A series of provocative psychological studies have suggested that simple, mechanical models frequently outperform human judgment. While we feel more confident in our professional judgments when we apply complex rules or models to individual cases, in practice, our human subtlety often just adds noise (random scatter) or bias (systematic error).

For example, research from the 1960s used the actual case decision records of judges to build “models” of those judges, based on a few simple criteria. When they replaced the judge with the model of the judge, the researchers found that predictions did not lose accuracy; in fact, in most cases, the model out-predicted the professional on which the model was built!
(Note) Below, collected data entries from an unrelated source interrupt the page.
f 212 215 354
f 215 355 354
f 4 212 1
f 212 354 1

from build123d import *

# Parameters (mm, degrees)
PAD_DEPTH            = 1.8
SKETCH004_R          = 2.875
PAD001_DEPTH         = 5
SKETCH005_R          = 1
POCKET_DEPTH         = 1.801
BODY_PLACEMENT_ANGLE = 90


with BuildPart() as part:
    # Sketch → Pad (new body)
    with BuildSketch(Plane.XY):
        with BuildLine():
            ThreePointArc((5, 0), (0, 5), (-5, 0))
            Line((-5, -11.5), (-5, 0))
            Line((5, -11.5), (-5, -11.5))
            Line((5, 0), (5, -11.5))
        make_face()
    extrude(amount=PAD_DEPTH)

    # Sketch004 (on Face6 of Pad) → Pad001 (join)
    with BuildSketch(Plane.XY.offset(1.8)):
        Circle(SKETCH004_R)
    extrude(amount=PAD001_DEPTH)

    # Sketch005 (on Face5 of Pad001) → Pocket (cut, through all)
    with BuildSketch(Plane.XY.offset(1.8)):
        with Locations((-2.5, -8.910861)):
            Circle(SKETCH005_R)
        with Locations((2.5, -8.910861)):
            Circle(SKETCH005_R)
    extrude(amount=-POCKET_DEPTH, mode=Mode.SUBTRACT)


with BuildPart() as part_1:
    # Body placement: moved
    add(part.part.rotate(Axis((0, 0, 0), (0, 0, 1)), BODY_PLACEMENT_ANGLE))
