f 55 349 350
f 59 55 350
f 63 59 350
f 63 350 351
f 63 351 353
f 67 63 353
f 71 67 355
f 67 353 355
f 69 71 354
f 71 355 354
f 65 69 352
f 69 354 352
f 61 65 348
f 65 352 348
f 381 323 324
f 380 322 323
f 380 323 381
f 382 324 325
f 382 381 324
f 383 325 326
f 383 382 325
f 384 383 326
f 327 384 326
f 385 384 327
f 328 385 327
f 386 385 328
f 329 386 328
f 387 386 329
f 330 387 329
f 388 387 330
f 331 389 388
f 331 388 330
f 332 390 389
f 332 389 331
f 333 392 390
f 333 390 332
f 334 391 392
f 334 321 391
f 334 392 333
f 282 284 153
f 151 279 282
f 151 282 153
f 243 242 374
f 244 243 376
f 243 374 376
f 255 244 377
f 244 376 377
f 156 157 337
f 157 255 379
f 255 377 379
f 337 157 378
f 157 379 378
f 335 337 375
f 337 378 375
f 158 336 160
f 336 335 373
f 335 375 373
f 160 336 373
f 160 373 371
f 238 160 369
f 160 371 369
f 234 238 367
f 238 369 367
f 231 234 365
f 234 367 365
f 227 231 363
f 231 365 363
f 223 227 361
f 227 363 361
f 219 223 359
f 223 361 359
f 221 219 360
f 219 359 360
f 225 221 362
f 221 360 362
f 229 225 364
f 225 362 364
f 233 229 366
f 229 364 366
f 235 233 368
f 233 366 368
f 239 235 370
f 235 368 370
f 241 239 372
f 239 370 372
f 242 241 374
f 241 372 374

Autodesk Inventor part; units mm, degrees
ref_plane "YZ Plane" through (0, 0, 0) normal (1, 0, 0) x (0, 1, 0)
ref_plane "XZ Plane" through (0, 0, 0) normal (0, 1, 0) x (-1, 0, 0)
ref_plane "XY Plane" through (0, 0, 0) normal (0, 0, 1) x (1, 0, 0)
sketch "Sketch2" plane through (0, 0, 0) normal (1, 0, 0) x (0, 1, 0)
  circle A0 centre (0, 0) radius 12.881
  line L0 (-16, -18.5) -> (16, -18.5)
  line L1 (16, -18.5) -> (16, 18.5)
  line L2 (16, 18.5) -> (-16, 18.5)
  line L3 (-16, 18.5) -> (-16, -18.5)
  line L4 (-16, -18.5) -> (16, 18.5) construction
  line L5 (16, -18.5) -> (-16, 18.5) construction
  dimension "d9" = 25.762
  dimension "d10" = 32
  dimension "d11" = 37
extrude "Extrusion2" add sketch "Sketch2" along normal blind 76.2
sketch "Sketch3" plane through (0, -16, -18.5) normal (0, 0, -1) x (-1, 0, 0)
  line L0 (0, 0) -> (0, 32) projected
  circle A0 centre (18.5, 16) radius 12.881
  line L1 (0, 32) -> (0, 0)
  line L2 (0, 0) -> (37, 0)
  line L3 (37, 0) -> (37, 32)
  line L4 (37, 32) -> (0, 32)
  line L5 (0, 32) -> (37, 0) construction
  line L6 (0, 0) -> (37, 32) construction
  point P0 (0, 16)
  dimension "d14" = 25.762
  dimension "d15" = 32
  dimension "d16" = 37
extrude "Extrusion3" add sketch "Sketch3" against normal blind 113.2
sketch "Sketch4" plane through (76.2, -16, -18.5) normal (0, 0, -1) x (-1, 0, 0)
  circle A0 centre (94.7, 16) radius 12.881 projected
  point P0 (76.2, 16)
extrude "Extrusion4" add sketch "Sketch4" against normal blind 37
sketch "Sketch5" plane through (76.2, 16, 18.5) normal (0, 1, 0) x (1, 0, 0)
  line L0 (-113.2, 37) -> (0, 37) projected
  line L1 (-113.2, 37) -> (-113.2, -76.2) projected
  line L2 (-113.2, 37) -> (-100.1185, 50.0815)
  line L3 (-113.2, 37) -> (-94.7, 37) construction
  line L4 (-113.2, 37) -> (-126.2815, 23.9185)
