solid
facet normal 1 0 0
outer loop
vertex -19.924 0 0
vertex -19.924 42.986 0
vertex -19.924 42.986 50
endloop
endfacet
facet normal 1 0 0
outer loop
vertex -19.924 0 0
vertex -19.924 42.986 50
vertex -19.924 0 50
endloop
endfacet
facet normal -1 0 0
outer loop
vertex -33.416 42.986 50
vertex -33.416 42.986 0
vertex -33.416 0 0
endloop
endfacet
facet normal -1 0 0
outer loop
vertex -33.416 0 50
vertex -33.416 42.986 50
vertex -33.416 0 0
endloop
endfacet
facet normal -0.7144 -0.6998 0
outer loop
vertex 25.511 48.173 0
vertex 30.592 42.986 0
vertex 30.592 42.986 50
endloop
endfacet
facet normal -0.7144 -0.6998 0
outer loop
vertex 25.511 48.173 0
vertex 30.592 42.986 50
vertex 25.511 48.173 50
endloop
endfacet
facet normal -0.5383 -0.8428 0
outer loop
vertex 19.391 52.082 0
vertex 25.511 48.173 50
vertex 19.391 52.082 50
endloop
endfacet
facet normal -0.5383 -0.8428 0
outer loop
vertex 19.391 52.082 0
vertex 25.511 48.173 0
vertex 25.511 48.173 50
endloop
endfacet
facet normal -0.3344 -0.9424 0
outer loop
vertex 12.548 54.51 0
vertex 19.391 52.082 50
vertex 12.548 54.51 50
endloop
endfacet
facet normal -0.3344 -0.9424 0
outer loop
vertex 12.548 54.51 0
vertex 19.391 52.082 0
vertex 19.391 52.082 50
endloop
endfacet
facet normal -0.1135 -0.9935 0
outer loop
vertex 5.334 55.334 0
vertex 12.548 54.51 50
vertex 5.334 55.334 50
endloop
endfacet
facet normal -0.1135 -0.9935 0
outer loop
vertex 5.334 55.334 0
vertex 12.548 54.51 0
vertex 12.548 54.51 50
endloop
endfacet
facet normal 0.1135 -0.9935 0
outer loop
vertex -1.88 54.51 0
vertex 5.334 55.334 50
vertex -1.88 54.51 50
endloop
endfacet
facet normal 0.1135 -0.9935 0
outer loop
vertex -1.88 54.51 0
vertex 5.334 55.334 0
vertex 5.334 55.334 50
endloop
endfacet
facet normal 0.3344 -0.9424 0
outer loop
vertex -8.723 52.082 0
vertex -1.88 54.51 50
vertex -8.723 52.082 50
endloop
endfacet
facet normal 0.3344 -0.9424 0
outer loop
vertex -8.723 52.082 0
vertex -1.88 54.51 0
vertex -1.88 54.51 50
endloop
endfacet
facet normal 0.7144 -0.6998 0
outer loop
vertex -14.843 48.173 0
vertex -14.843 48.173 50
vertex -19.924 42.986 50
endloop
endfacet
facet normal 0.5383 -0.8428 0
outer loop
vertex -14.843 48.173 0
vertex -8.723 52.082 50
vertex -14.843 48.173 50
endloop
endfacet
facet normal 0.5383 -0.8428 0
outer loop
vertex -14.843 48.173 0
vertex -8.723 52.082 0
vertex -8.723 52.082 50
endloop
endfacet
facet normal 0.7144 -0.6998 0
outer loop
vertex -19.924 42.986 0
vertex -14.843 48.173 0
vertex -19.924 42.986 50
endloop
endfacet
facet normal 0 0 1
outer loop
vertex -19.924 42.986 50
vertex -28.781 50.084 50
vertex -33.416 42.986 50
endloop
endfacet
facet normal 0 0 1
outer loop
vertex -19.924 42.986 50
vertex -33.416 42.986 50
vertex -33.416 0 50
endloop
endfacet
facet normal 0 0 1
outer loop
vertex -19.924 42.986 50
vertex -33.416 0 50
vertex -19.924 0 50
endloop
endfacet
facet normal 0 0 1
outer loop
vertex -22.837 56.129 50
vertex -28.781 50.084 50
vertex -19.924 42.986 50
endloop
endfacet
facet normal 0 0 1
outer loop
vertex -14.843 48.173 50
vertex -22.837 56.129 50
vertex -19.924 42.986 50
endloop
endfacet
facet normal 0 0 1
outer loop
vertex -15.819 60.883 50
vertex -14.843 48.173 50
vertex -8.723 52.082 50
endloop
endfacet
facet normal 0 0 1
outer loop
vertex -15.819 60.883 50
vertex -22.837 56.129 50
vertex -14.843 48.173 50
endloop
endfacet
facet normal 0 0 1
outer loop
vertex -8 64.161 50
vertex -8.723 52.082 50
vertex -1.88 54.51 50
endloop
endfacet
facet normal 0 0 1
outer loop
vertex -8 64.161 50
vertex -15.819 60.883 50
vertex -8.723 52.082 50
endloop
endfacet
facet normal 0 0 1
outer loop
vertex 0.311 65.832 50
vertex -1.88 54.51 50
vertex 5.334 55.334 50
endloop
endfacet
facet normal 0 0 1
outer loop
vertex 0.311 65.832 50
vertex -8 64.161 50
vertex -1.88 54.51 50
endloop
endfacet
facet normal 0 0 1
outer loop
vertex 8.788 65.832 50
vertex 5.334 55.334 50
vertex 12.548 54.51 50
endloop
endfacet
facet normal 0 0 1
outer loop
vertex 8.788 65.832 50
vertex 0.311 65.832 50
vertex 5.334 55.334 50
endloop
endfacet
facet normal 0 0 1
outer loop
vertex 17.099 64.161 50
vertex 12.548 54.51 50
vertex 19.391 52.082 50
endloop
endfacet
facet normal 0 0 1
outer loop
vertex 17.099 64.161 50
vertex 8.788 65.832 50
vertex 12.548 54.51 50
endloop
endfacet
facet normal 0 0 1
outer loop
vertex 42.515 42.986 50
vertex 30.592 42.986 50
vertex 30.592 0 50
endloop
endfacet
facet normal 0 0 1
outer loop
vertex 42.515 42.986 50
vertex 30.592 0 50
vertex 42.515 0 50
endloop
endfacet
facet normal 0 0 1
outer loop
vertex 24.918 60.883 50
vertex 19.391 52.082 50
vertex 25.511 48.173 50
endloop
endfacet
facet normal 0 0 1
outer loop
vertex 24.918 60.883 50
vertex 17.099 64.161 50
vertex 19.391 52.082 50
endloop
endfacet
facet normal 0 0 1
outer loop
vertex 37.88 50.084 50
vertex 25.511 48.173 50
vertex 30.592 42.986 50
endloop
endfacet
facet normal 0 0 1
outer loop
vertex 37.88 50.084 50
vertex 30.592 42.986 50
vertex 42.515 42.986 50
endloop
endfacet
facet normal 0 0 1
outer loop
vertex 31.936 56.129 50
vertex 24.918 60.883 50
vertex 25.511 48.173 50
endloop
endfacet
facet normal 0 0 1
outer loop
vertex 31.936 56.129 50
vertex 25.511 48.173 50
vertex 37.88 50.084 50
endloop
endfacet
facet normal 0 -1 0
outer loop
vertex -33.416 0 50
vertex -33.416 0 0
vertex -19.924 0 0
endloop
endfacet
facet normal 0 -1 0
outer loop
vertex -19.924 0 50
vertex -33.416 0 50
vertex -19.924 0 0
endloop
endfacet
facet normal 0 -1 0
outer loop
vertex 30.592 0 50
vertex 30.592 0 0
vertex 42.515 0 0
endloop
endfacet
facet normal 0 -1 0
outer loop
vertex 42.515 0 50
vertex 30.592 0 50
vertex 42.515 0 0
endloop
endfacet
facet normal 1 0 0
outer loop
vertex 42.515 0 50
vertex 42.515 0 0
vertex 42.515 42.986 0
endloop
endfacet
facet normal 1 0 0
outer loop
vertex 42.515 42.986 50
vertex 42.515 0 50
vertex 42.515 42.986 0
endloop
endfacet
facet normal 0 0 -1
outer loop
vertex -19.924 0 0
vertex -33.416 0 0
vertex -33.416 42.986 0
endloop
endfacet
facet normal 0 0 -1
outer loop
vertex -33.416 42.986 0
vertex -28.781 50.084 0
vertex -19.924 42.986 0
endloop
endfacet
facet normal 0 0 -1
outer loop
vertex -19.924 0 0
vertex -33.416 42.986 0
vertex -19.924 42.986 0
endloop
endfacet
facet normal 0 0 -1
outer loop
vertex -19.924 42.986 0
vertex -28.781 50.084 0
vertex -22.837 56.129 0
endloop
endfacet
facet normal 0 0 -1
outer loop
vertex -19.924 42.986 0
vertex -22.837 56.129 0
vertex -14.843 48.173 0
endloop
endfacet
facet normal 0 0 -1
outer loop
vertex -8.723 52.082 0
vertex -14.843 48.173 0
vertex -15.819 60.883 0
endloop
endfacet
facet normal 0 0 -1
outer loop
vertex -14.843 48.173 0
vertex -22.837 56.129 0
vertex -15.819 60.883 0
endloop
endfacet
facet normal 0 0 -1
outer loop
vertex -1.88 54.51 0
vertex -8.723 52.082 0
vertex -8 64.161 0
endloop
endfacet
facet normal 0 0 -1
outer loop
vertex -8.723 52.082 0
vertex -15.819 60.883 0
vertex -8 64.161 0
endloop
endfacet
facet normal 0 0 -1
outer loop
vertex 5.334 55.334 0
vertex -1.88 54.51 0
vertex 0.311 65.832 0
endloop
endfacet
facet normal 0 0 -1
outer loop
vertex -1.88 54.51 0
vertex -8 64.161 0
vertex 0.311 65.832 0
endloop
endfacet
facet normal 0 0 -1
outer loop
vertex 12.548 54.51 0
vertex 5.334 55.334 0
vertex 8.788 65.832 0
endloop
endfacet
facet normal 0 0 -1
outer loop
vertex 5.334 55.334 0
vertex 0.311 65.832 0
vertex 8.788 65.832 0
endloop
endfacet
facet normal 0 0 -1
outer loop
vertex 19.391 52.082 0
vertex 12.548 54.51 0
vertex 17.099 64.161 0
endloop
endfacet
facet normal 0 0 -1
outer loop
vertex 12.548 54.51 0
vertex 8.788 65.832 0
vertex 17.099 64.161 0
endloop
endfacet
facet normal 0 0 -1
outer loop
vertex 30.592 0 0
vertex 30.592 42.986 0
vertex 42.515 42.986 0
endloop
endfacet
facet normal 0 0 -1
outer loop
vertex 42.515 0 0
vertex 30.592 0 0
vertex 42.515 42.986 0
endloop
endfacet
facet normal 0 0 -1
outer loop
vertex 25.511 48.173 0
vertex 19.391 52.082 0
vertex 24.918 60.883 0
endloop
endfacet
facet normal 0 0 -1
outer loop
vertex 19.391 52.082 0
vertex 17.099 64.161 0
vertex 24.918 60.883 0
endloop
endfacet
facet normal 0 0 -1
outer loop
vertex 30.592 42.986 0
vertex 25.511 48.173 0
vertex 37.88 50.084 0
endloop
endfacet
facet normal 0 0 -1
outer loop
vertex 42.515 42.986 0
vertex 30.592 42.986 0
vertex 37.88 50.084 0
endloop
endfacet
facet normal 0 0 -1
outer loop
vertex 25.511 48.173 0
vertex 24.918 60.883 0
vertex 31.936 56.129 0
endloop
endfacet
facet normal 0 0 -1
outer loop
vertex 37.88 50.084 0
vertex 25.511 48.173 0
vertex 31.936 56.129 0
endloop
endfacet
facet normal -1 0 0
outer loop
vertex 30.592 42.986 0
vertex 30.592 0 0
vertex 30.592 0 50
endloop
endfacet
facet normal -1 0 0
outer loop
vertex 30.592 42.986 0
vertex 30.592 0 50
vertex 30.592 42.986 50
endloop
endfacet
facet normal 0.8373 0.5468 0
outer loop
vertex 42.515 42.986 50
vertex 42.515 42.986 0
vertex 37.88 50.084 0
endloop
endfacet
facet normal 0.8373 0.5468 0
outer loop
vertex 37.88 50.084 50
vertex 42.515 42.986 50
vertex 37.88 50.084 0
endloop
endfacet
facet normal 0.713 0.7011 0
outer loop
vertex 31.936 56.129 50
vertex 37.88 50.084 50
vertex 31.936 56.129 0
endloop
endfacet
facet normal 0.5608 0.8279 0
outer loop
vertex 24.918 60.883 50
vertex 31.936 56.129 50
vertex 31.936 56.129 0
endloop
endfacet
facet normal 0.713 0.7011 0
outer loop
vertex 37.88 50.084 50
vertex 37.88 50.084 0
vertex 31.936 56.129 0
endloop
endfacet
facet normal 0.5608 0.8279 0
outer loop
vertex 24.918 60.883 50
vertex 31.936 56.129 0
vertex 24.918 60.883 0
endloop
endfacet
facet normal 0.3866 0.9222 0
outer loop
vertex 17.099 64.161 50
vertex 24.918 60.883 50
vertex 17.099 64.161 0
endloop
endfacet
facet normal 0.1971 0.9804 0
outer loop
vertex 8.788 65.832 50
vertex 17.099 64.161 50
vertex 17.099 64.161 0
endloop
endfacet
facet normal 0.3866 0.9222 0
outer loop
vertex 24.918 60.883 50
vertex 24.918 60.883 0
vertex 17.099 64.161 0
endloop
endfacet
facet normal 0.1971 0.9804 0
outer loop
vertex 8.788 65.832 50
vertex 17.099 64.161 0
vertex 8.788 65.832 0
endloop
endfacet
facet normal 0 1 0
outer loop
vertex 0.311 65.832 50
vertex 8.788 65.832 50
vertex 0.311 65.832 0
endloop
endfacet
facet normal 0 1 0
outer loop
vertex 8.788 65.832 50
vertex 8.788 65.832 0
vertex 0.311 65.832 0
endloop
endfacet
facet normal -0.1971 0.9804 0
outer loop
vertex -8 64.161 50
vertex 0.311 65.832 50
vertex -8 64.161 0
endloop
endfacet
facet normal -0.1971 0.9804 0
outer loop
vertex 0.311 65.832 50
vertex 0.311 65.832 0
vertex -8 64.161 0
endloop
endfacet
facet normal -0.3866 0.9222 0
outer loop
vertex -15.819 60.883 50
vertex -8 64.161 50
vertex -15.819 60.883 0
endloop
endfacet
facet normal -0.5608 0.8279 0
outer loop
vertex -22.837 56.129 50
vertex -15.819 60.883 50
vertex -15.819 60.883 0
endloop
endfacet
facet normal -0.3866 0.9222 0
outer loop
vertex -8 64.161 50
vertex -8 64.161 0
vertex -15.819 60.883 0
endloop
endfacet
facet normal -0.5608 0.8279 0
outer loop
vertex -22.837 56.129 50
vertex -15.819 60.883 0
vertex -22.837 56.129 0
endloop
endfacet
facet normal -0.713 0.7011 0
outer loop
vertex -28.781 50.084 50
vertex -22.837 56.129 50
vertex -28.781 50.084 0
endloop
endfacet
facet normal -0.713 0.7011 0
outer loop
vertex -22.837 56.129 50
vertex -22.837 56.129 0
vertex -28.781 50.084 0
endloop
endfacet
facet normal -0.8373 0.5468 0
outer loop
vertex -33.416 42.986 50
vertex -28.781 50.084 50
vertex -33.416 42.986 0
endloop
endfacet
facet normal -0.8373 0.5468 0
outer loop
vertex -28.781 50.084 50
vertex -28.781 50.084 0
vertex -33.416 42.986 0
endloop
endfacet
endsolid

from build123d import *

# Parameters (mm, degrees)
F1_DEPTH = 50
F2_DEPTH = 50.001


with BuildPart() as f1:
    # F0 (on Top) → F1 (new body)
    with BuildSketch(Plane.XY):
        with BuildLine():
            Line((-33.415943, 42.985767), (-33.415943, 0))
            Line((-33.415943, 0), (-19.92406, 0))
            Line((-19.92406, 0), (-19.92406, 42.985767))
            ThreePointArc((-19.92406, 42.985767), (5.333999, 55.333899), (30.592058, 42.985767))
            Line((30.592058, 42.985767), (30.592058, 0))
            Line((30.592058, 0), (42.515114, 0))
            Line((42.515114, 0), (42.515114, 42.985767))
            ThreePointArc((42.515114, 42.985767), (4.549585, 66.042514), (-33.415943, 42.985767))
        make_face()
        with BuildLine():
            Line((-19.92406, 42.985767), (-19.92406, 0))
            Line((-19.92406, 0), (30.592058, 0))
            Line((30.592058, 0), (30.592058, 42.985767))
            ThreePointArc((30.592058, 42.985767), (5.333999, 55.333899), (-19.92406, 42.985767))
        make_face()
    extrude(amount=F1_DEPTH)

    # F0 (on Top) → F2 (cut, through all)
    with BuildSketch(Plane.XY):
        with BuildLine():
            Line((-19.92406, 42.985767), (-19.92406, 0))
            Line((-19.92406, 0), (30.592058, 0))
            Line((30.592058, 0), (30.592058, 42.985767))
            ThreePointArc((30.592058, 42.985767), (5.333999, 55.333899), (-19.92406, 42.985767))
        make_face()
    extrude(amount=F2_DEPTH, mode=Mode.SUBTRACT)


solid = f1.part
Similarly, a study from 2000 reviewed 135 experiments on clinical evaluations and found that basic mechanical predictions were more accurate than human predictions in nearly half of the studies, whereas humans outperformed mechanical rules in only 6% of the experiments!6

The reason: human judgments are inconsistent and noisy, whereas simple models are not. Sometimes, by subtracting some of the nuance of our human intuitions (which can give us delusions of wisdom), simple models actually reduce noise.

***

In summary, we have a few key takeaways with this model:

  1. Above all, we should seek to maximize the signal-to-noise ratio in our communications to the greatest practical extent. Speak and write clearly and concisely. Ask yourself if you can synthesize your ideas more crisply, or if you can remove extraneous detail. Don’t let your message get lost in verbosity.
  2. Second, be aware of the statistical traps of noise:
  • Don’t assume that all new information is signal; the amount of data is growing exponentially, but the amount of fundamental truth is not.
  • When faced with substantial uncertainty, be comfortable relying on simpler, more intuitive analyses—and even consider imposing early stopping to avoid deceptive complexity.
  • Overfitting is a grave statistical sin. Whenever possible, try to emphasize only a few key variables or features so your model retains predictive ability going forward.
  1. Acknowledge that while human judgment is sometimes imperative, it is fallible in ways that simple models are not: humans are noisy.

References

  1. Reinsel, D., Gantz, J., & Rydning, J. (2018). Data Age 2025: The Digitization of the World From Edge to Core. IDC, (US44413318).
  2. Assumes US mobile download speed of 68.34 mbps. Source: Global Median Speeds, Mobile. (2022, September). Speedtest Global Index.
  3. Reinsel, D., Gantz, J., & Rydning, J. (2018). Data Age 2025: The Digitization of the World From Edge to Core. IDC, (US44413318).
  4. Silver, N. (2012). The Signal and the Noise. The Penguin Press. 1-18.
  5. Christian, B., & Griffiths, T. (2016). Algorithms to Live By. Henry Holt and Co. 153-168.
  6. Kahneman, D., Sibony, O., & Sunstein, C. R. (2021). Noise. Little, Brown Spark. 111-122.